# Source material
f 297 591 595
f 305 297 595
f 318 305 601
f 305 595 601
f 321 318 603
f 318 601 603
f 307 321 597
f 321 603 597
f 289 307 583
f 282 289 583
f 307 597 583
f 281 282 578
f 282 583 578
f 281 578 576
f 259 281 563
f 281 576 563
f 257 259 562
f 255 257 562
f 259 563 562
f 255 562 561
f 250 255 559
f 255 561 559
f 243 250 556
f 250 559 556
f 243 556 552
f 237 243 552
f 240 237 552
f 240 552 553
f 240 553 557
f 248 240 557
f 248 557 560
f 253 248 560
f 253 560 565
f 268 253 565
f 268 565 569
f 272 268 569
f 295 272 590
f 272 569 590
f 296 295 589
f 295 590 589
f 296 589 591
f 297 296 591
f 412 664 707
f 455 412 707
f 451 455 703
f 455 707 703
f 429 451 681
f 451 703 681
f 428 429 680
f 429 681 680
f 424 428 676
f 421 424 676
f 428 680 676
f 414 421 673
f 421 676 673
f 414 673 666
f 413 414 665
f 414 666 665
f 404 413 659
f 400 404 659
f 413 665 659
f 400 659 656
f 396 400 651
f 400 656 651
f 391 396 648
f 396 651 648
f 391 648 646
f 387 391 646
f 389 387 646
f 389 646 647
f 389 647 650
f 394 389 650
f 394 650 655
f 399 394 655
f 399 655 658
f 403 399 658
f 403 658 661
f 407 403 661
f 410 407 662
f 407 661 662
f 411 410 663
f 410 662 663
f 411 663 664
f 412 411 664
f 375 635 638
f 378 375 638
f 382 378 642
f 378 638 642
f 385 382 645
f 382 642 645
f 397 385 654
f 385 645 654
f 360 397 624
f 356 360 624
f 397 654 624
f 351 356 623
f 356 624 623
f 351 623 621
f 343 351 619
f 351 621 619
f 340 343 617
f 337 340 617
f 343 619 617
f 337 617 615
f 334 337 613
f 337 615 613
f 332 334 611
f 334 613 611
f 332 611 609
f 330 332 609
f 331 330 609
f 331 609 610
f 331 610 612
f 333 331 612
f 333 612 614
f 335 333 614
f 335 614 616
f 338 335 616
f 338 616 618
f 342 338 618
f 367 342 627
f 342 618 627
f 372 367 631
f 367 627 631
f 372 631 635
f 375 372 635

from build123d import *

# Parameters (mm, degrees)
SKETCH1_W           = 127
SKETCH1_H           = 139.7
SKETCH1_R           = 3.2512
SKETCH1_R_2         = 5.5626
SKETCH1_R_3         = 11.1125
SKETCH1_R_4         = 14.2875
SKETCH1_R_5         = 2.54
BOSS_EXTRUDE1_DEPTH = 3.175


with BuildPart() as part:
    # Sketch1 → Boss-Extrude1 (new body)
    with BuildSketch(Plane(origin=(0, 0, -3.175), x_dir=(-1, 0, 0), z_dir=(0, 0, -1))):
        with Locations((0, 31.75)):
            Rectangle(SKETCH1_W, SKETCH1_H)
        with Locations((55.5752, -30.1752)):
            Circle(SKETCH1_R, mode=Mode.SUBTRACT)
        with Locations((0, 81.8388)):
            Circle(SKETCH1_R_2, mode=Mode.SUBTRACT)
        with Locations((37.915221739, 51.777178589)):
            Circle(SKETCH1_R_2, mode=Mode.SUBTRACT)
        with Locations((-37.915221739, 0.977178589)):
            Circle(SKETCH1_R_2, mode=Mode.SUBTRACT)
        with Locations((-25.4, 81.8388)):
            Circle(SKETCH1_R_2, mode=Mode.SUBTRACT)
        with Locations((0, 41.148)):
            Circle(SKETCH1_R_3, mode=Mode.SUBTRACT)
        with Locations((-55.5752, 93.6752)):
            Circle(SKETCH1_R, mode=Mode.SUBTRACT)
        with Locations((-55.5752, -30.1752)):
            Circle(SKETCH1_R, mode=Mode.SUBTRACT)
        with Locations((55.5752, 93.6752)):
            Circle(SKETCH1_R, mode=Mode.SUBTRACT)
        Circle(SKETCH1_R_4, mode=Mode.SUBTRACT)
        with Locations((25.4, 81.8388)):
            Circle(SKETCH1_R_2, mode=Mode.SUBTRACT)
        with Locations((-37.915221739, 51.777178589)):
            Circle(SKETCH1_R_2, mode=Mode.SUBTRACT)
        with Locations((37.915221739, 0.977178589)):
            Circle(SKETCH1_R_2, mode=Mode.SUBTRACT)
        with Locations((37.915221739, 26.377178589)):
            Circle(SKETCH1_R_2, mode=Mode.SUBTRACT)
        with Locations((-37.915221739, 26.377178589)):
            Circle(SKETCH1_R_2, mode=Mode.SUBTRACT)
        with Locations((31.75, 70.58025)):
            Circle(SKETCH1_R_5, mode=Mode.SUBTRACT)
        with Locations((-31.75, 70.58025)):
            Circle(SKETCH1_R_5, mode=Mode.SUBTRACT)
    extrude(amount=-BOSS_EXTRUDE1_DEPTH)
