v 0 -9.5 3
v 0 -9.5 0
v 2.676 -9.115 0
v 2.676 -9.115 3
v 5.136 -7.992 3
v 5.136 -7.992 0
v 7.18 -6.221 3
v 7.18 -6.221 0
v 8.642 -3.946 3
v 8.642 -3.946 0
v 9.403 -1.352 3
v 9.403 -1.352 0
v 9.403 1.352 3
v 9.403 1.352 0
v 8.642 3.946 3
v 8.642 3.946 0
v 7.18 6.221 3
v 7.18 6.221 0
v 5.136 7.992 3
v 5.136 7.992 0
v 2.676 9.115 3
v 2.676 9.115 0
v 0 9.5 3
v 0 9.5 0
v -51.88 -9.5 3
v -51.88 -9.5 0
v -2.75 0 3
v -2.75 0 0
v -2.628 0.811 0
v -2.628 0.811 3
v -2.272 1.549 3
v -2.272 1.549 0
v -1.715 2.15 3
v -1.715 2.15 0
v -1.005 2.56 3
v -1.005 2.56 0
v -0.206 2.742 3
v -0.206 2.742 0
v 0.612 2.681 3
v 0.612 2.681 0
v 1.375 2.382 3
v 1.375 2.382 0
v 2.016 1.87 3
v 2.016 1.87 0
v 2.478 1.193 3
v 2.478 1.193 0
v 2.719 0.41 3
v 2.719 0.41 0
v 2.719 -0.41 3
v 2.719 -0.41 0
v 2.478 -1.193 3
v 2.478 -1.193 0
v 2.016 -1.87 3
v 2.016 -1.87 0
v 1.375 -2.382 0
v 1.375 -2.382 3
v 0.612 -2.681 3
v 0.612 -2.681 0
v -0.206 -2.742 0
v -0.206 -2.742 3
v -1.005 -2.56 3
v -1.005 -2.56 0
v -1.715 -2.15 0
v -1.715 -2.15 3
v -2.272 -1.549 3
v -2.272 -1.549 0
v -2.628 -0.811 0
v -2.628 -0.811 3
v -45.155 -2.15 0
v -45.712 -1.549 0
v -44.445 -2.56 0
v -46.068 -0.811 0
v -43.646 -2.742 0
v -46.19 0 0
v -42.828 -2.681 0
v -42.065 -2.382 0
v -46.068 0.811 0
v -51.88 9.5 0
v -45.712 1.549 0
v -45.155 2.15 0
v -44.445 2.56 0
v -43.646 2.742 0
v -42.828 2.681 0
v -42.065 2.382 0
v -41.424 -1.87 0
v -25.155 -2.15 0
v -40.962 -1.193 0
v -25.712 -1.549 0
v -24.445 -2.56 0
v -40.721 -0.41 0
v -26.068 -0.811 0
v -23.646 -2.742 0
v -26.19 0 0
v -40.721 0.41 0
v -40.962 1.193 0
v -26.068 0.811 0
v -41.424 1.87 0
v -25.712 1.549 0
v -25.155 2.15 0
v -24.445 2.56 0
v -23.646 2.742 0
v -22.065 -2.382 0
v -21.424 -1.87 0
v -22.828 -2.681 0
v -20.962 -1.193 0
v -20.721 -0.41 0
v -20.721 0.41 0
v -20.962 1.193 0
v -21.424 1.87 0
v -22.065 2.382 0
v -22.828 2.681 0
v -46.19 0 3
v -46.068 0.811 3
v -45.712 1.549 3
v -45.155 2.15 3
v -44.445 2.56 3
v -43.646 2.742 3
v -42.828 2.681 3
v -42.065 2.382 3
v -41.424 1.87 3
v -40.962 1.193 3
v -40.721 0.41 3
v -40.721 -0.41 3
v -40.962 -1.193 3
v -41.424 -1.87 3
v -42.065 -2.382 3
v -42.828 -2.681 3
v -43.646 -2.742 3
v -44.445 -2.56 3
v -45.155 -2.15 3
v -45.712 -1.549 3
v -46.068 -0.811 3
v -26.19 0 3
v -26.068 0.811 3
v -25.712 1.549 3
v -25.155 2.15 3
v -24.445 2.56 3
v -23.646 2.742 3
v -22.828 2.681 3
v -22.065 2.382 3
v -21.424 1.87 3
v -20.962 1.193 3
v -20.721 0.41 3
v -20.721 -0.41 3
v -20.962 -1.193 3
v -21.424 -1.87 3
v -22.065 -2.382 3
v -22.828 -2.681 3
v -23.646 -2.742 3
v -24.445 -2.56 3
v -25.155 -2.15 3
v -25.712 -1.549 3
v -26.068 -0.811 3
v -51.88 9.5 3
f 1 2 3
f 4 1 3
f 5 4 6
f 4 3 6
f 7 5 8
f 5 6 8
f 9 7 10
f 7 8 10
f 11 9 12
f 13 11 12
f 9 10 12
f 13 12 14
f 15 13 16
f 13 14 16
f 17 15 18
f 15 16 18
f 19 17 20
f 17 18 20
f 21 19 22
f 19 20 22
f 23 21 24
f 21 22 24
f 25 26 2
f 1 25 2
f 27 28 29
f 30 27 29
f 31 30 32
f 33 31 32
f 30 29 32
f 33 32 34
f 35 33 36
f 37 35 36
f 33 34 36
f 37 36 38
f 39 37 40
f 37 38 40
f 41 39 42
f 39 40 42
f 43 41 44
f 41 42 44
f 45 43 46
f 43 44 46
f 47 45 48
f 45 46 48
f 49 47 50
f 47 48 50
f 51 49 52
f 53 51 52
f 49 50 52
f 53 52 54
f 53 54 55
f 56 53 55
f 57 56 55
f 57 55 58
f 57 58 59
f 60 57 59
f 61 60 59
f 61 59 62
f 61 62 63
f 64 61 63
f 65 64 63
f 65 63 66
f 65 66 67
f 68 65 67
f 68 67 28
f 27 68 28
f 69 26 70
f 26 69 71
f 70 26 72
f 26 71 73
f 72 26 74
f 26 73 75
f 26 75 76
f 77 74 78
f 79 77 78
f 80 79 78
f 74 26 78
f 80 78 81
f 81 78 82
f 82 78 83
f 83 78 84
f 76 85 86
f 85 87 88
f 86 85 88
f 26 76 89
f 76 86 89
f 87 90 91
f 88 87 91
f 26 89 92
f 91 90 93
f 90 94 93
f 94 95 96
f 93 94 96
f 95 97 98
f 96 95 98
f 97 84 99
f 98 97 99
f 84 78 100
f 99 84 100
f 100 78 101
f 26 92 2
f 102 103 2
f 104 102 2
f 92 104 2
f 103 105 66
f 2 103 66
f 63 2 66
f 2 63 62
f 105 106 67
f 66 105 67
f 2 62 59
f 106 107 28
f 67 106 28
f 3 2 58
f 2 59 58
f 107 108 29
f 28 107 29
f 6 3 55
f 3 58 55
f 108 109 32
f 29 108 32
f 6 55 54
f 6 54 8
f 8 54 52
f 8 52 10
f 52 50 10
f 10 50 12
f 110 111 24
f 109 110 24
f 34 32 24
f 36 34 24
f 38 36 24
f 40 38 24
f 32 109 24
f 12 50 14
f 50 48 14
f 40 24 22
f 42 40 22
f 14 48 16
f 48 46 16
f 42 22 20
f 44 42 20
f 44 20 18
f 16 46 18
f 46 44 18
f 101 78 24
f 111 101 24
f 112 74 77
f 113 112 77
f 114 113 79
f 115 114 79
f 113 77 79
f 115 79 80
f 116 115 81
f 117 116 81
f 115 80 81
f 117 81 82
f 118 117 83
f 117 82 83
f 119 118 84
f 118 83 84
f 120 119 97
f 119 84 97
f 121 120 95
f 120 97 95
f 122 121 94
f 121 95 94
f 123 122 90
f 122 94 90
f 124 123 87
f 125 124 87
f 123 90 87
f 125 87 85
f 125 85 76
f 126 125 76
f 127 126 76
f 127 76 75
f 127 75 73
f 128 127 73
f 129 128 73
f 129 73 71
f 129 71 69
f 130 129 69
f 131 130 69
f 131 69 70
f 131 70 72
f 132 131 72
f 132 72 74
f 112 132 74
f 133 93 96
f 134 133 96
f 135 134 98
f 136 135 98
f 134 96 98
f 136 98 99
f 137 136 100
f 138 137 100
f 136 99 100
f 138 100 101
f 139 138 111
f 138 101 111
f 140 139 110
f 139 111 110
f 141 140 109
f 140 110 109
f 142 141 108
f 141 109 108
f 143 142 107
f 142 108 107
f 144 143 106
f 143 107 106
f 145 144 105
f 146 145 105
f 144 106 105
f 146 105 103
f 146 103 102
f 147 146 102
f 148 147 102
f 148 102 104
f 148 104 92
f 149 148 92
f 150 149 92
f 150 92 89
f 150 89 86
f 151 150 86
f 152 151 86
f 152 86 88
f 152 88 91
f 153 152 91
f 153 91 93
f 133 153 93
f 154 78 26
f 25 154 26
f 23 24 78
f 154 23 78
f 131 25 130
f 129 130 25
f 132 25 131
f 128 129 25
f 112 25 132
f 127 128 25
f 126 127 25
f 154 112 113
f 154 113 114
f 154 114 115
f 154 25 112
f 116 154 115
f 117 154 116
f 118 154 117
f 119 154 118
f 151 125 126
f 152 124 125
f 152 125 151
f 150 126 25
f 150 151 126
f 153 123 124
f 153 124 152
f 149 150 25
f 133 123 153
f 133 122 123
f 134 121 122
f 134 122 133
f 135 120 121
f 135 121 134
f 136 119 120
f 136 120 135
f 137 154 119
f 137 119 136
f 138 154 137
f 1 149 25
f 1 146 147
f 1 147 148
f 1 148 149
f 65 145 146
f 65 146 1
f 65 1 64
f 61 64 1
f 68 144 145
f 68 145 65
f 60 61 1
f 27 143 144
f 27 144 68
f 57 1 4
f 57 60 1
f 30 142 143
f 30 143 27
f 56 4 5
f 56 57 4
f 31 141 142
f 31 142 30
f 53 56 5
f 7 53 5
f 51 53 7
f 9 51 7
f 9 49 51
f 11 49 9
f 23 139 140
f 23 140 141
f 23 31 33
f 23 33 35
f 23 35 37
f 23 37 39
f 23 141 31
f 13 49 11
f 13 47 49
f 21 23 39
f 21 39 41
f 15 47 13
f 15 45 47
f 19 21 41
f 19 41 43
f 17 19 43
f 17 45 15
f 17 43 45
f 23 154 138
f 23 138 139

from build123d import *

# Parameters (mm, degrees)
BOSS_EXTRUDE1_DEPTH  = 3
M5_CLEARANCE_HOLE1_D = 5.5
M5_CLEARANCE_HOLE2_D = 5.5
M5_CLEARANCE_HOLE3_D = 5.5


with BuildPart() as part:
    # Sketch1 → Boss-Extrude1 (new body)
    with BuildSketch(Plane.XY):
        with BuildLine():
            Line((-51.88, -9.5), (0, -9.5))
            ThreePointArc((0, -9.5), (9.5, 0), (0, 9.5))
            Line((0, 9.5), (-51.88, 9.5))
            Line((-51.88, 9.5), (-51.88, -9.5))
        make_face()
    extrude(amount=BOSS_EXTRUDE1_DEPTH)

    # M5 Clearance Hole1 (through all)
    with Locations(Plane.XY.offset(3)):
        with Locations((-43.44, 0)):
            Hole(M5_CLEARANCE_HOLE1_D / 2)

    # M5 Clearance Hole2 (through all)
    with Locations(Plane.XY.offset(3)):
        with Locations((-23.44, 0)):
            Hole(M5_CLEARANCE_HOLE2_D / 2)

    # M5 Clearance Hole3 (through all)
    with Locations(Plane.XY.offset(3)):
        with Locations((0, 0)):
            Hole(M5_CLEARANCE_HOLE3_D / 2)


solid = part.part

...

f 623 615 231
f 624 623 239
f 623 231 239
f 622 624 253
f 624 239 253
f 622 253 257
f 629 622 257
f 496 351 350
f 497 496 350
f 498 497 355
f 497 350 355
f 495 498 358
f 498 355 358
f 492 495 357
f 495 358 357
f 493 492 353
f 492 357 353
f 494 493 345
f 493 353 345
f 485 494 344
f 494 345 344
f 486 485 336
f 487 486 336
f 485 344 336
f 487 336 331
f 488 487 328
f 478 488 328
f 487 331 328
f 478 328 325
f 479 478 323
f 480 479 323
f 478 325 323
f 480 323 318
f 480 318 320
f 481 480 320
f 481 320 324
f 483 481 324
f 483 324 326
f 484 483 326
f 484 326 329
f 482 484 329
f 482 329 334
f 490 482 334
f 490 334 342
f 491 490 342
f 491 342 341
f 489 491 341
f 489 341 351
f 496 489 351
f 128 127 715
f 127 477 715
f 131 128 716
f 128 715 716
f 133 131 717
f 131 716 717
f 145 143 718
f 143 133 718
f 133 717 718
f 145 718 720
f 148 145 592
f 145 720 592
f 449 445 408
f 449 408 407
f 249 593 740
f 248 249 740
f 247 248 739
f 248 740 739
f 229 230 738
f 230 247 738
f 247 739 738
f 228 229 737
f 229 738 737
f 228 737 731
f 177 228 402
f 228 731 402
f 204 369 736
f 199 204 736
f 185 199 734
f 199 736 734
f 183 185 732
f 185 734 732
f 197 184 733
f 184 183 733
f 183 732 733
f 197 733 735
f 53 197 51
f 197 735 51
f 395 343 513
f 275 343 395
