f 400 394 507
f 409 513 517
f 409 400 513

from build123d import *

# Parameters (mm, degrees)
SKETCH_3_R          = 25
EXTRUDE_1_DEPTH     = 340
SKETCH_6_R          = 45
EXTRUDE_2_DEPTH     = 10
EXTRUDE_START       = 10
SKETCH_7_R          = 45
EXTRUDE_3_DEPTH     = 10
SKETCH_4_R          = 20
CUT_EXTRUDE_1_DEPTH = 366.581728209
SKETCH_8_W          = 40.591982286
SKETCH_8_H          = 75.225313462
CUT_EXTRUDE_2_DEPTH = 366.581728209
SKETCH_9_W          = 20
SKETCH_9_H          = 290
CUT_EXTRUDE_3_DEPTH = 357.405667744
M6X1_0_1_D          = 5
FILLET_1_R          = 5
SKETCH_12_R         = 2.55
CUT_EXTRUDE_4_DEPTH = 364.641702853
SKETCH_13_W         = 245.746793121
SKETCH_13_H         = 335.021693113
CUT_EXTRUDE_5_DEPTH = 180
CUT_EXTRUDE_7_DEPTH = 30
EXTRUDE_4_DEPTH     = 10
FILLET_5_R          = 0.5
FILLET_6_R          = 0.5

--

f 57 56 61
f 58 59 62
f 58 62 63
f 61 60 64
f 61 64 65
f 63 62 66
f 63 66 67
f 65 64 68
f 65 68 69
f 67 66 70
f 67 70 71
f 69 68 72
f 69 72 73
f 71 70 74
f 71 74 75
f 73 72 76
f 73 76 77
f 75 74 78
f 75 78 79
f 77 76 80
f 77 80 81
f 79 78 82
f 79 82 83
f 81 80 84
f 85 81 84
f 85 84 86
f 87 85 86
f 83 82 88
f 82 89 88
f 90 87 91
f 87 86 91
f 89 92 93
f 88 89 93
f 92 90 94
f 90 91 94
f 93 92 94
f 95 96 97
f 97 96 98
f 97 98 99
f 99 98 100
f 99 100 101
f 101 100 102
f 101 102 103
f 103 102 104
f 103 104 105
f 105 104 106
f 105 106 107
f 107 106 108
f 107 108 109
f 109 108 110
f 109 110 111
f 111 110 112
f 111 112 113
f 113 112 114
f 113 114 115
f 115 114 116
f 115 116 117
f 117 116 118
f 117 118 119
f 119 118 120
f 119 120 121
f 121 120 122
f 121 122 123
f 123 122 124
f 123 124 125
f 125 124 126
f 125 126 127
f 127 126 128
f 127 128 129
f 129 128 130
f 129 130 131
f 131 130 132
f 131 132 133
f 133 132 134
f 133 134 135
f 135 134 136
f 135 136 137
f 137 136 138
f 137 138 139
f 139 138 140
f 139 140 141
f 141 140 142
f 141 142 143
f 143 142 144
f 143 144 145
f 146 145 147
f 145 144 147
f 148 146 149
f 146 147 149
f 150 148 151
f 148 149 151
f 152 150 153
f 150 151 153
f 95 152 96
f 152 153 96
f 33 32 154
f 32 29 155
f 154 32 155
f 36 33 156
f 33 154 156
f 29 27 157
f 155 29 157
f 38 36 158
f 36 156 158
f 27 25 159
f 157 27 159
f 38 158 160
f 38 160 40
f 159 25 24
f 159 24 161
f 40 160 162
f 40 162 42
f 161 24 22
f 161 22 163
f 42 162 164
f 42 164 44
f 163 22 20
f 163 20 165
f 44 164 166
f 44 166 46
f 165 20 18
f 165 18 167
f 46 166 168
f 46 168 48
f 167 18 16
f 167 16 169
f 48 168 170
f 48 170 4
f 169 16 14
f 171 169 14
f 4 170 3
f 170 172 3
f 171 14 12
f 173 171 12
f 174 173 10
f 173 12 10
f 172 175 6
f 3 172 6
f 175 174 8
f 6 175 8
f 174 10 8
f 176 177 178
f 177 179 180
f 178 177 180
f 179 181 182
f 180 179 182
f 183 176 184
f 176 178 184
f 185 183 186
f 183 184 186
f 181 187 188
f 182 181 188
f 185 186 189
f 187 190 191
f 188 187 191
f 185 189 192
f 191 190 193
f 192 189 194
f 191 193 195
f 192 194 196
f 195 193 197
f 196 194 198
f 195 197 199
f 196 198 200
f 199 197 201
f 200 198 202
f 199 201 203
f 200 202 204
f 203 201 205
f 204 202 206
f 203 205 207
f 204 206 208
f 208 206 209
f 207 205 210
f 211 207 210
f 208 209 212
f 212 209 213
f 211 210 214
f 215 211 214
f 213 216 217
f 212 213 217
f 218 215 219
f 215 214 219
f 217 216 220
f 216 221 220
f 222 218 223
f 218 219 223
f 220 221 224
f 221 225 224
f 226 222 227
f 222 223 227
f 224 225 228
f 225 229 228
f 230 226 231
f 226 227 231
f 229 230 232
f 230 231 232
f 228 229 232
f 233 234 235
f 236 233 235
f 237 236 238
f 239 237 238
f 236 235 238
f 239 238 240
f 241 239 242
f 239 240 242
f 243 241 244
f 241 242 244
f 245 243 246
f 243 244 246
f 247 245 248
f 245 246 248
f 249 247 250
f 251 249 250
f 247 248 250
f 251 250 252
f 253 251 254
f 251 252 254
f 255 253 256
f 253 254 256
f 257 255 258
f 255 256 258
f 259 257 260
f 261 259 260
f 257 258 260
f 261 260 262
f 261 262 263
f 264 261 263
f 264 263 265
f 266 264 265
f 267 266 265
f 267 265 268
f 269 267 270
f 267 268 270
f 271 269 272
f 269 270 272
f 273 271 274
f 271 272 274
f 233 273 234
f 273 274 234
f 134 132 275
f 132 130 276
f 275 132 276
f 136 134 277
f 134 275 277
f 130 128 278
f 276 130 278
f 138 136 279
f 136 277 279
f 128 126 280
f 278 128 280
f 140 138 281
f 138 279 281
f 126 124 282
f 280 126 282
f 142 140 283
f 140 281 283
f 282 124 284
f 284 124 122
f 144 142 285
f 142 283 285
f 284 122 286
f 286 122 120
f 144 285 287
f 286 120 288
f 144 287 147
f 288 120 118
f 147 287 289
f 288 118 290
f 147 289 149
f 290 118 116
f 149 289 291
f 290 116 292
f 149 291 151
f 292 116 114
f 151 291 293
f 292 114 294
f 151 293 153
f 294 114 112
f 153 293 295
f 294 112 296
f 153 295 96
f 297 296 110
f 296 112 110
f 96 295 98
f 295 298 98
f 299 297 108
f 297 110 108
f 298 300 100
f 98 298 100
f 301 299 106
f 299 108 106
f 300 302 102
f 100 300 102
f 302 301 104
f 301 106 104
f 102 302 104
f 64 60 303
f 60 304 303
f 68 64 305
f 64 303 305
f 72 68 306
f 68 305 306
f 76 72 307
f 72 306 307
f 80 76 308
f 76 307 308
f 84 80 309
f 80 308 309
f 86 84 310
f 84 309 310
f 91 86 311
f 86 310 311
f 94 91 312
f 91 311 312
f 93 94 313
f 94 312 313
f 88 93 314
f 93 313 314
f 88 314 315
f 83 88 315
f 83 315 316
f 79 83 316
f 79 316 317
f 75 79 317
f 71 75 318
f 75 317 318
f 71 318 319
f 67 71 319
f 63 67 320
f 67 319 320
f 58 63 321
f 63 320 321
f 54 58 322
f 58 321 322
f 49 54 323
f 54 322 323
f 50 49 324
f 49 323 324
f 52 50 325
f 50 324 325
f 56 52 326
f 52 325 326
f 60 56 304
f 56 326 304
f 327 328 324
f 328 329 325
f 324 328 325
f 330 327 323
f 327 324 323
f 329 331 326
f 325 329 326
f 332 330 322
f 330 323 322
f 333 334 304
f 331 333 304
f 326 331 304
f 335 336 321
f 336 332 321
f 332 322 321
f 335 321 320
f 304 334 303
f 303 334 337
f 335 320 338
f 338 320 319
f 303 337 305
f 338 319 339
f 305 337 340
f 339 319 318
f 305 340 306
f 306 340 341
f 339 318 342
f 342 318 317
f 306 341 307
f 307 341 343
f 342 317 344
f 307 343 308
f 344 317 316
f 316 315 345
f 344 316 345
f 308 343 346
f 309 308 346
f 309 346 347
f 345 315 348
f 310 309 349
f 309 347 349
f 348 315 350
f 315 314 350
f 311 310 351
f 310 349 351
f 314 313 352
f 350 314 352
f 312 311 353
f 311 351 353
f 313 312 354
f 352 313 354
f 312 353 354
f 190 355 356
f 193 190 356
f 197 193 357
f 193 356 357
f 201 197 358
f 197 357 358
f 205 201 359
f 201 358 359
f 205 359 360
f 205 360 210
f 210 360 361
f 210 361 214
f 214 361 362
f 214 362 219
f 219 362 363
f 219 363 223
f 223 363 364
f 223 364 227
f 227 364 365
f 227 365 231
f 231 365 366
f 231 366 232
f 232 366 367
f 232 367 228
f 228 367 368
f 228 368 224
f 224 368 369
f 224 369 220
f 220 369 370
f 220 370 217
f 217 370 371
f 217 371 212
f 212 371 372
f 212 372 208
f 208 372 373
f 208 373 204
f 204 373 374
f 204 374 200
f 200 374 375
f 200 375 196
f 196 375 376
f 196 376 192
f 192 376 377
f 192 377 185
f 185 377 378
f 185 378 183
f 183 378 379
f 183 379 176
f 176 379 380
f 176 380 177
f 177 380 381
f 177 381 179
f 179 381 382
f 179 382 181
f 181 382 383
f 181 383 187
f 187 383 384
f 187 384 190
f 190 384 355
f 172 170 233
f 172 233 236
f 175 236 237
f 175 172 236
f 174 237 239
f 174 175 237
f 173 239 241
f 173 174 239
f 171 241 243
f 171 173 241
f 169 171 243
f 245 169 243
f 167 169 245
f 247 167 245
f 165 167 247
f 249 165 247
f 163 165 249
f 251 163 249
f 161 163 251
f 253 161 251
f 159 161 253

# What the task asks
Keeping every character as it is, restate the lines above that run from the line with "f 176 380 177" through the line with "f 159 161 253", both included, and nothing else.

# Solution below
f 176 380 177
f 177 380 381
f 177 381 179
f 179 381 382
f 179 382 181
f 181 382 383
f 181 383 187
f 187 383 384
f 187 384 190
f 190 384 355
f 172 170 233
f 172 233 236
f 175 236 237
f 175 172 236
f 174 237 239
f 174 175 237
f 173 239 241
f 173 174 239
f 171 241 243
f 171 173 241
f 169 171 243
f 245 169 243
f 167 169 245
f 247 167 245
f 165 167 247
f 249 165 247
f 163 165 249
f 251 163 249
f 161 163 251
f 253 161 251
f 159 161 253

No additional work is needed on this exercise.